Lost context on resume:

  • Agent re-prompts the LLM after approval but loses the reasoning chain
  • Makes different decisions than it would have if execution had not paused
  • Fix: Store full conversation history and reasoning trace, not just the last message

Approval prompt shows raw JSON:

  • User sees {"action": "delete", "path": "/var/log/app.log", "recursive": false}
  • User has no idea if this is safe or dangerous
  • Fix: Write preview functions that translate parameters into plain English

No audit trail:

  • User approves a request, agent executes it, something breaks
  • No record of what was approved, when, or by whom
  • Fix: Log every approval decision with timestamp, user ID, and full request context

Architecture: Approval Service as a Sidecar

Instead of embedding approval logic in every agent, extract it into a shared service:

┌─────────────┐
│   Agent A   │──┐
└─────────────┘  │
                 ├──► ┌──────────────────┐      ┌──────────────┐
┌─────────────┐  │    │ Approval Service │◄────►│ Notification │
│   Agent B   │──┤    │  - Queue         │      │   Service    │
└─────────────┘  │    │  - Policy Engine │      └──────────────┘
                 │    │  - State Store   │
┌─────────────┐  │    └──────────────────┘
│   Agent C   │──┘            │
└─────────────┘               │

                      ┌──────────────┐
                      │ Audit Log DB │
                      └──────────────┘

Approval Service responsibilities:

  • Queue incoming requests from all agents
  • Apply batching and risk-based routing policies
  • Send notifications (Slack, email, mobile push)
  • Store pending requests with TTL
  • Emit metrics and audit logs
  • Resume agent execution after decision

This centralizes policy enforcement and makes it easier to tune batching windows, risk thresholds, and notification channels without modifying agent code.

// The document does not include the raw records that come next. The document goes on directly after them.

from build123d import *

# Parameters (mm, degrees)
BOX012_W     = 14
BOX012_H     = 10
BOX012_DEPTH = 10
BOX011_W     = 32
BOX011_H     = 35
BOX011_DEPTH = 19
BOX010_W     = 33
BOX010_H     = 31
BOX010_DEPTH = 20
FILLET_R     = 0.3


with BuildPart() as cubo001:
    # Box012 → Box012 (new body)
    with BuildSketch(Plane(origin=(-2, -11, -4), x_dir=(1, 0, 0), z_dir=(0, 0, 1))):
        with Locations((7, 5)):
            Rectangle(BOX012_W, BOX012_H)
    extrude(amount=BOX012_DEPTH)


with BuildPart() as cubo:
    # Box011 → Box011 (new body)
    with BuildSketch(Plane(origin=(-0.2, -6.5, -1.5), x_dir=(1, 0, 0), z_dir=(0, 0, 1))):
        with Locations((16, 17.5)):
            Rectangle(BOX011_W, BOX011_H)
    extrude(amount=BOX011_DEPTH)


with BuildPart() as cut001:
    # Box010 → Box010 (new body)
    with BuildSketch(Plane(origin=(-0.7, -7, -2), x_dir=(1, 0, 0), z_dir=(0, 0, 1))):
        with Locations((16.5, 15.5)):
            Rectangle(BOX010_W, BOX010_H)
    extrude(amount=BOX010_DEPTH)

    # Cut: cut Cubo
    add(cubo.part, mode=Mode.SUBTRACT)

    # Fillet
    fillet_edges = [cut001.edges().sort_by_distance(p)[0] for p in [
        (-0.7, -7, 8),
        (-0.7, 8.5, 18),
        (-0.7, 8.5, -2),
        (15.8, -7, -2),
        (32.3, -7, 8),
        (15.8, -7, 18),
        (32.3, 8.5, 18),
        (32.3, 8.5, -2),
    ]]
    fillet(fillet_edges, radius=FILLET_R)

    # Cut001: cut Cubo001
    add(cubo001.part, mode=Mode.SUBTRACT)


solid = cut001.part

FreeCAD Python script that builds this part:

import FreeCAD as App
import Part
import Sketcher
Q = App.Units.Quantity


def edges_at(feature, points):
    """Names of the edges that pass closest to the given points."""
    edges = feature.Shape.Edges
    near = lambda p: min(range(len(edges)), key=lambda i: edges[i].distToShape(Part.Vertex(*p))[0])
    return sorted({f"Edge{near(p) + 1}" for p in points})


def add_polygon(sketch, points):
    """Adds a closed chain of lines whose ends are joined by coincident constraints."""
    first, n = sketch.GeometryCount, len(points)
    for a, b in zip(points, points[1:] + points[:1]):
        sketch.addGeometry(Part.LineSegment(App.Vector(*a, 0), App.Vector(*b, 0)), False)
    for i in range(n):
        sketch.addConstraint(Sketcher.Constraint("Coincident", first + i, 2, first + (i + 1) % n, 1))

doc = App.newDocument("Part")
body = doc.addObject("PartDesign::Body", "Body")

# Sketch on XY plane
sketch1 = doc.addObject("Sketcher::SketchObject", "Sketch")
body.addObject(sketch1)
sketch1.AttachmentSupport = (doc.XY_Plane, [""])
sketch1.MapMode = "FlatFace"
sketch1.AttachmentOffset = App.Placement(App.Vector(0, 0, -4), App.Rotation())
add_polygon(sketch1, [(-2, -1), (-2, -11), (12, -11), (12, -1)])  # lines 0-3
sketch1.addConstraint([
    Sketcher.Constraint("Vertical", 0),
    Sketcher.Constraint("Horizontal", 1),
    Sketcher.Constraint("Vertical", 2),
    Sketcher.Constraint("Horizontal", 3),
    Sketcher.Constraint("DistanceX", 1, 1, 1, 2, Q("14 mm")),
    Sketcher.Constraint("DistanceY", 0, 2, 0, 1, Q("10 mm")),
    Sketcher.Constraint("DistanceX", 0, 2, -1, 1, Q("2 mm")),
    Sketcher.Constraint("DistanceY", 0, 2, -1, 1, Q("11 mm")),
])
pad1 = doc.addObject("PartDesign::Pad", "Pad")
body.addObject(pad1)
pad1.Profile = sketch1
pad1.Length = 10
body2 = doc.addObject("PartDesign::Body", "Body001")

# Sketch on XY plane
sketch2 = doc.addObject("Sketcher::SketchObject", "Sketch001")
body2.addObject(sketch2)
sketch2.AttachmentSupport = (doc.getObject("XY_Plane001"), [""])
sketch2.MapMode = "FlatFace"
sketch2.AttachmentOffset = App.Placement(App.Vector(0, 0, -1.5), App.Rotation())
add_polygon(sketch2, [(0, 28), (0, -6), (32, -6), (32, 28)])  # lines 0-3
sketch2.addConstraint([
    Sketcher.Constraint("Vertical", 0),
    Sketcher.Constraint("Horizontal", 1),
    Sketcher.Constraint("Vertical", 2),
    Sketcher.Constraint("Horizontal", 3),
    Sketcher.Constraint("DistanceX", 1, 1, 1, 2, Q("32 mm")),
    Sketcher.Constraint("DistanceY", 0, 2, 0, 1, Q("35 mm")),
    Sketcher.Constraint("DistanceX", 0, 2, -1, 1, Q("0.2 mm")),
    Sketcher.Constraint("DistanceY", 0, 2, -1, 1, Q("6.5 mm")),
])
pad2 = doc.addObject("PartDesign::Pad", "Pad001")
body2.addObject(pad2)
pad2.Profile = sketch2
pad2.Length = 19
body3 = doc.addObject("PartDesign::Body", "Body002")

# Sketch on XY plane
sketch3 = doc.addObject("Sketcher::SketchObject", "Sketch002")
body3.addObject(sketch3)
sketch3.AttachmentSupport = (doc.getObject("XY_Plane002"), [""])
sketch3.MapMode = "FlatFace"
sketch3.AttachmentOffset = App.Placement(App.Vector(0, 0, -2), App.Rotation())
add_polygon(sketch3, [(-1, 24), (-1, -7), (32, -7), (32, 24)])  # lines 0-3
sketch3.addConstraint([
    Sketcher.Constraint("Vertical", 0),
    Sketcher.Constraint("Horizontal", 1),
    Sketcher.Constraint("Vertical", 2),
    Sketcher.Constraint("Horizontal", 3),
    Sketcher.Constraint("DistanceX", 1, 1, 1, 2, Q("33 mm")),
    Sketcher.Constraint("DistanceY", 0, 2, 0, 1, Q("31 mm")),
    Sketcher.Constraint("DistanceY", 0, 2, -1, 1, Q("7 mm")),
    Sketcher.Constraint("DistanceX", 0, 2, -1, 1, Q("0.7 mm")),
])
pad3 = doc.addObject("PartDesign::Pad", "Pad002")
body3.addObject(pad3)
pad3.Profile = sketch3
pad3.Length = 20
doc.recompute()

boolean = doc.addObject("PartDesign::Boolean", "Boolean")
body3.addObject(boolean)
boolean.Type = "Cut"
boolean.addObjects([body2])
doc.recompute()

fillet = doc.addObject("PartDesign::Fillet", "Fillet")
body3.addObject(fillet)
fillet.Base = (boolean, edges_at(boolean, [
    (-0.7, -7, 8),
    (-0.7, 8.5, 18),
    (-0.7, 8.5, -2),
    (15.8, -7, -2),
    (32.3, -7, 8),
    (15.8, -7, 18),
    (32.3, 8.5, 18),
    (32.3, 8.5, -2),
]))
fillet.Radius = 0.3
doc.recompute()

boolean2 = doc.addObject("PartDesign::Boolean", "Boolean001")
body3.addObject(boolean2)
boolean2.Type = "Cut"
boolean2.addObjects([body])

doc.recompute()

When Permission Fatigue Becomes a Security Incident

The game proves that humans are bad at reading repetitive approval prompts. In production, this leads to:

  • Approving a tool call that deletes production data
  • Granting an agent access to a sensitive API it should not touch
  • Clicking yes on a prompt that was actually a phishing attempt (adversarial prompt injection)

Mitigations:

  • Rate limiting: Cap the number of approval requests per agent per hour
  • Anomaly detection: Flag requests that deviate from the agent’s normal behavior
  • Mandatory delays: Force a 5-second wait before allowing approval on high-risk actions
  • Randomized confirmation: Require the user to type a random word instead of just clicking yes

The game does not implement any of these. It just lets you click yes as fast as you want. Real systems that skip these mitigations end up in incident postmortems.

Technical Verdict

Use human-in-the-loop approval when:

  • Agents interact with production systems or external APIs
  • Compliance requires human oversight for certain actions
  • The cost of a mistake is higher than the cost of interruption

Avoid it when:

  • The agent only reads data or performs idempotent operations
  • Approval latency breaks the user experience (real-time chat, live dashboards)
  • You have not built batching, risk tiers, and observability (you will create permission fatigue and security risk)

The game is a useful reminder that approval prompts are not a security feature if users stop reading them. If your agent system requires more than 3-5 approvals per task, you need better permission scopes, batching policies, or a different trust model.